My mom does the exact same thing! My older brother is always in and out of jail. She constantly bails him out. Takes all of his kids and him out to do things and just completely forgets about us. He's constantly popping out kids, with different women. I have my own business and I take care of my own. I am a good women and I raise my children well. You would think she'd be proud of me. If I didn't contact her, there probably would be no contact. I've asked her many times to do things with me and my child, on my tab. And she still declines. I just feel like giving up. If you ever figure it out, let me know.


 

fivegirls333
by on Jun. 16, 2013 at 7:27 AM

all of you are just breaking my heart!!!  i am so sorry.  with as crazy and hard and as mean as this world is...the one soft place you have to fall...should be in to your mother's arms...at any age!  i know the "bad" kid seems to "need" more attention, but as a mother you bust your ass to make sure everyone "feels" you love them, personally, and just for themselves!  all i can say is that maybe you were given this lesson for a reason?  maybe you will need to remember this when your kids grow up or someone very special to you will need some help coping with this as well.  it can always be worse, but this would break my heart.  my mommy died two years ago...i don't know how much this world would suck without "knowing" that she loved me...it makes me mad that she totally disregards your feelings...real or not!  so sad...

Anonymous
by Anonymous 5 on Jun. 16, 2013 at 8:26 AM

my mother ignored three of my kids and favored one....

Anonymous
by Anonymous 6 on Jun. 16, 2013 at 9:35 AM

Ah, the middle child syndrome.  I'm in the club too.  My brother (eldest) could do no wrong. I was the one punished for HIS bad behavior.  His kids were doted on hand and foot.  It's like mine barely exist.  I have tried to reach out, shared my feelings but it doesn't matter.  At one point my mother even blamed me for ruining her bond and closeness to my brother for being born, telling me she didn't want me and had wished she had believed in abortions because after I was born I took up too much time that she had wanted to give to my brother.  I have no advice for you other than to just accept it and try not to let it consume you.  I empathize to the Nth degree.  It's not right.  It's not fair and it's deeply hurtful.  Just pour your love into your children. 

Anonymous
by Anonymous 2 on Jun. 16, 2013 at 9:47 AM
I am thinking cutting her out is what I need to do. It's just so damn hard and I don't even know why!
Quoting Anonymous:

I had the same thoughts about my mom - if I didn't contact her, there wouldn't be any contact.  well, I got fed up with being the only one putting any effort into it, and simply quit.  I won't beg someone to spend time with me or my daughters. 

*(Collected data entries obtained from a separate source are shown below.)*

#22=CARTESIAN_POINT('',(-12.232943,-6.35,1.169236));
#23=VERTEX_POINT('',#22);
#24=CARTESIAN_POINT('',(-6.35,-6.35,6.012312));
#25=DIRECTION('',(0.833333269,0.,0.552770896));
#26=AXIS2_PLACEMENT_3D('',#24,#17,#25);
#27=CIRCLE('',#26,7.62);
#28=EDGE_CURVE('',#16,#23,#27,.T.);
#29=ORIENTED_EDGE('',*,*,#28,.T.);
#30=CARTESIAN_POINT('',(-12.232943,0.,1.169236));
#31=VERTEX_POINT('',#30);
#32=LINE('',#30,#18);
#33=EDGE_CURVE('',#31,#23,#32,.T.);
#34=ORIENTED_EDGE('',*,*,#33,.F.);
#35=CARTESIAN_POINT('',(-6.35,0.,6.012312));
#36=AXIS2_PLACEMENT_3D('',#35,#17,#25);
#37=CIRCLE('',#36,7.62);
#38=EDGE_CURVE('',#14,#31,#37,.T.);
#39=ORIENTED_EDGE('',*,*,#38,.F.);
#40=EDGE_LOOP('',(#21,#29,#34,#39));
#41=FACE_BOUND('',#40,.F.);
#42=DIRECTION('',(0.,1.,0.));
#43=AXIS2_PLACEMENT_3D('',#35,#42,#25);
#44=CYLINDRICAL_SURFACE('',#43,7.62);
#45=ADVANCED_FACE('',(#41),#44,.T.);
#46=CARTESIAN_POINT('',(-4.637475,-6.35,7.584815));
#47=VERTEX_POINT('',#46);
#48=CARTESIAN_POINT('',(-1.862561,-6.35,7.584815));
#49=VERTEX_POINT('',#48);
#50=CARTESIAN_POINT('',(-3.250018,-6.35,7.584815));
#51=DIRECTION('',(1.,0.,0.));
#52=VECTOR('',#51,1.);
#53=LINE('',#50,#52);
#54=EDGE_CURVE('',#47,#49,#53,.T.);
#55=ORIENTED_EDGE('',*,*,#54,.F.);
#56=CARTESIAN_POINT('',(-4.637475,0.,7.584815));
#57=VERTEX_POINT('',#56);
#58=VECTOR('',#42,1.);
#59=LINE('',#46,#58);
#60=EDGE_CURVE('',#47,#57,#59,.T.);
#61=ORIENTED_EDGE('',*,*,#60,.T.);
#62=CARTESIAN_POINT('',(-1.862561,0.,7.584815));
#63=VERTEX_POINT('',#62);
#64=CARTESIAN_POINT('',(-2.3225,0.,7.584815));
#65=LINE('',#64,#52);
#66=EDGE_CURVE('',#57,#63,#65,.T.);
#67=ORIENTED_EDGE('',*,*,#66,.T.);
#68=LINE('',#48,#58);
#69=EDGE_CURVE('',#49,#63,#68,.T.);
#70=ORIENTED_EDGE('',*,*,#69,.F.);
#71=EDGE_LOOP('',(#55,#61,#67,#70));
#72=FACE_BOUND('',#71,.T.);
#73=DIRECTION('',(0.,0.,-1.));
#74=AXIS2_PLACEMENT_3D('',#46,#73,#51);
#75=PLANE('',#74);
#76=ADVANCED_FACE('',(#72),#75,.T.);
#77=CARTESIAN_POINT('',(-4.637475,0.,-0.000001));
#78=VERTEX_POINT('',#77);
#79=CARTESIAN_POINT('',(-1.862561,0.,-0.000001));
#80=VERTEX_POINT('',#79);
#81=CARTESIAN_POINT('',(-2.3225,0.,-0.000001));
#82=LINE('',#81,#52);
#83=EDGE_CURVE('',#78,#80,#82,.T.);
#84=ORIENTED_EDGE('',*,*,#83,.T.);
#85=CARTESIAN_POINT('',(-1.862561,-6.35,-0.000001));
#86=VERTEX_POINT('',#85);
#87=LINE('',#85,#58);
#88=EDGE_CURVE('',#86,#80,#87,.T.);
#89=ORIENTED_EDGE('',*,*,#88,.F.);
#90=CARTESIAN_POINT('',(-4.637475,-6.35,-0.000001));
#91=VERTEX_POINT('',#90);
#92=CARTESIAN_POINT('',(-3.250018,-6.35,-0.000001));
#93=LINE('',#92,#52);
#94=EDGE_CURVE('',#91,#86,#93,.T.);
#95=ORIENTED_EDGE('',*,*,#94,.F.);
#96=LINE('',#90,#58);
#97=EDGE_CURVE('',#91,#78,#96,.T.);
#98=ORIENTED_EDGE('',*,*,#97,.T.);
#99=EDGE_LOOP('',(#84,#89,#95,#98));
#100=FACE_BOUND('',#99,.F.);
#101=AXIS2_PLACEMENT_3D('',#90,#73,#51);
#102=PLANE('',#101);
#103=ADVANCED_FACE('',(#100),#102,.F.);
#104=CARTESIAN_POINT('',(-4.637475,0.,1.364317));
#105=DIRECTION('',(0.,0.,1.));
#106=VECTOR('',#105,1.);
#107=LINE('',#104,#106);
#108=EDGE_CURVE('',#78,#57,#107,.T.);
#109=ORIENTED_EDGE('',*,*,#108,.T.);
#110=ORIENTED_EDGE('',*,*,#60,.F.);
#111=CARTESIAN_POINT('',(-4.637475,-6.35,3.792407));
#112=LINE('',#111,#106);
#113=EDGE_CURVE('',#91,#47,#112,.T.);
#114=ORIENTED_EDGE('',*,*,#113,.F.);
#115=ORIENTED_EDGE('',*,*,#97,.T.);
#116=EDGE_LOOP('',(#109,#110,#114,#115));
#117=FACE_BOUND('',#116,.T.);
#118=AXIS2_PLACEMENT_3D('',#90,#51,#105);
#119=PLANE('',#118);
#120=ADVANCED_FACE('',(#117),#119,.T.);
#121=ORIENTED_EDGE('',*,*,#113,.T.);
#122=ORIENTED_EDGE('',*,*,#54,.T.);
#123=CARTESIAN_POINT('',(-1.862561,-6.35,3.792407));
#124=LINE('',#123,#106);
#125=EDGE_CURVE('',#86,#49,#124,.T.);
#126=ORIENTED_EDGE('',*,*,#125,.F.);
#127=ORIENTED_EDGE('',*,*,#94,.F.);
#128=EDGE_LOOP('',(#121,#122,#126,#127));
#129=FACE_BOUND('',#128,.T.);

and true to what I thought, we haven't really spoken since January.  she left me a voice mail and message on facebook wishing me a happy birthday, I left her a voice mail wishing her a happy mothers day.  that's enough, I am much happier now that I'm not trying to force something that will never be.  I don't spend as much time disappointed, or wondering why she can have a relationship with my siblings but not me.  I am not the problem here, if I were my inlaws wouldn't have taken me into their fold like I was blood related. 

I finally feel free.  never again will I sit there like Charlie Brown with his football, knowing that Lucy is going to pull it away yet hoping time after time that it will be different.  I have accepted things as they are, and I'm content with my life as it is.

Quoting Anonymous:

My mom does the exact same thing! My older brother is always in and out of jail. She constantly bails him out. Takes all of his kids and him out to do things and just completely forgets about us. He's constantly popping out kids, with different women. I have my own business and I take care of my own. I am a good women and I raise my children well. You would think she'd be proud of me. If I didn't contact her, there probably would be no contact. I've asked her many times to do things with me and my child, on my tab. And she still declines. I just feel like giving up. If you ever figure it out, let me know.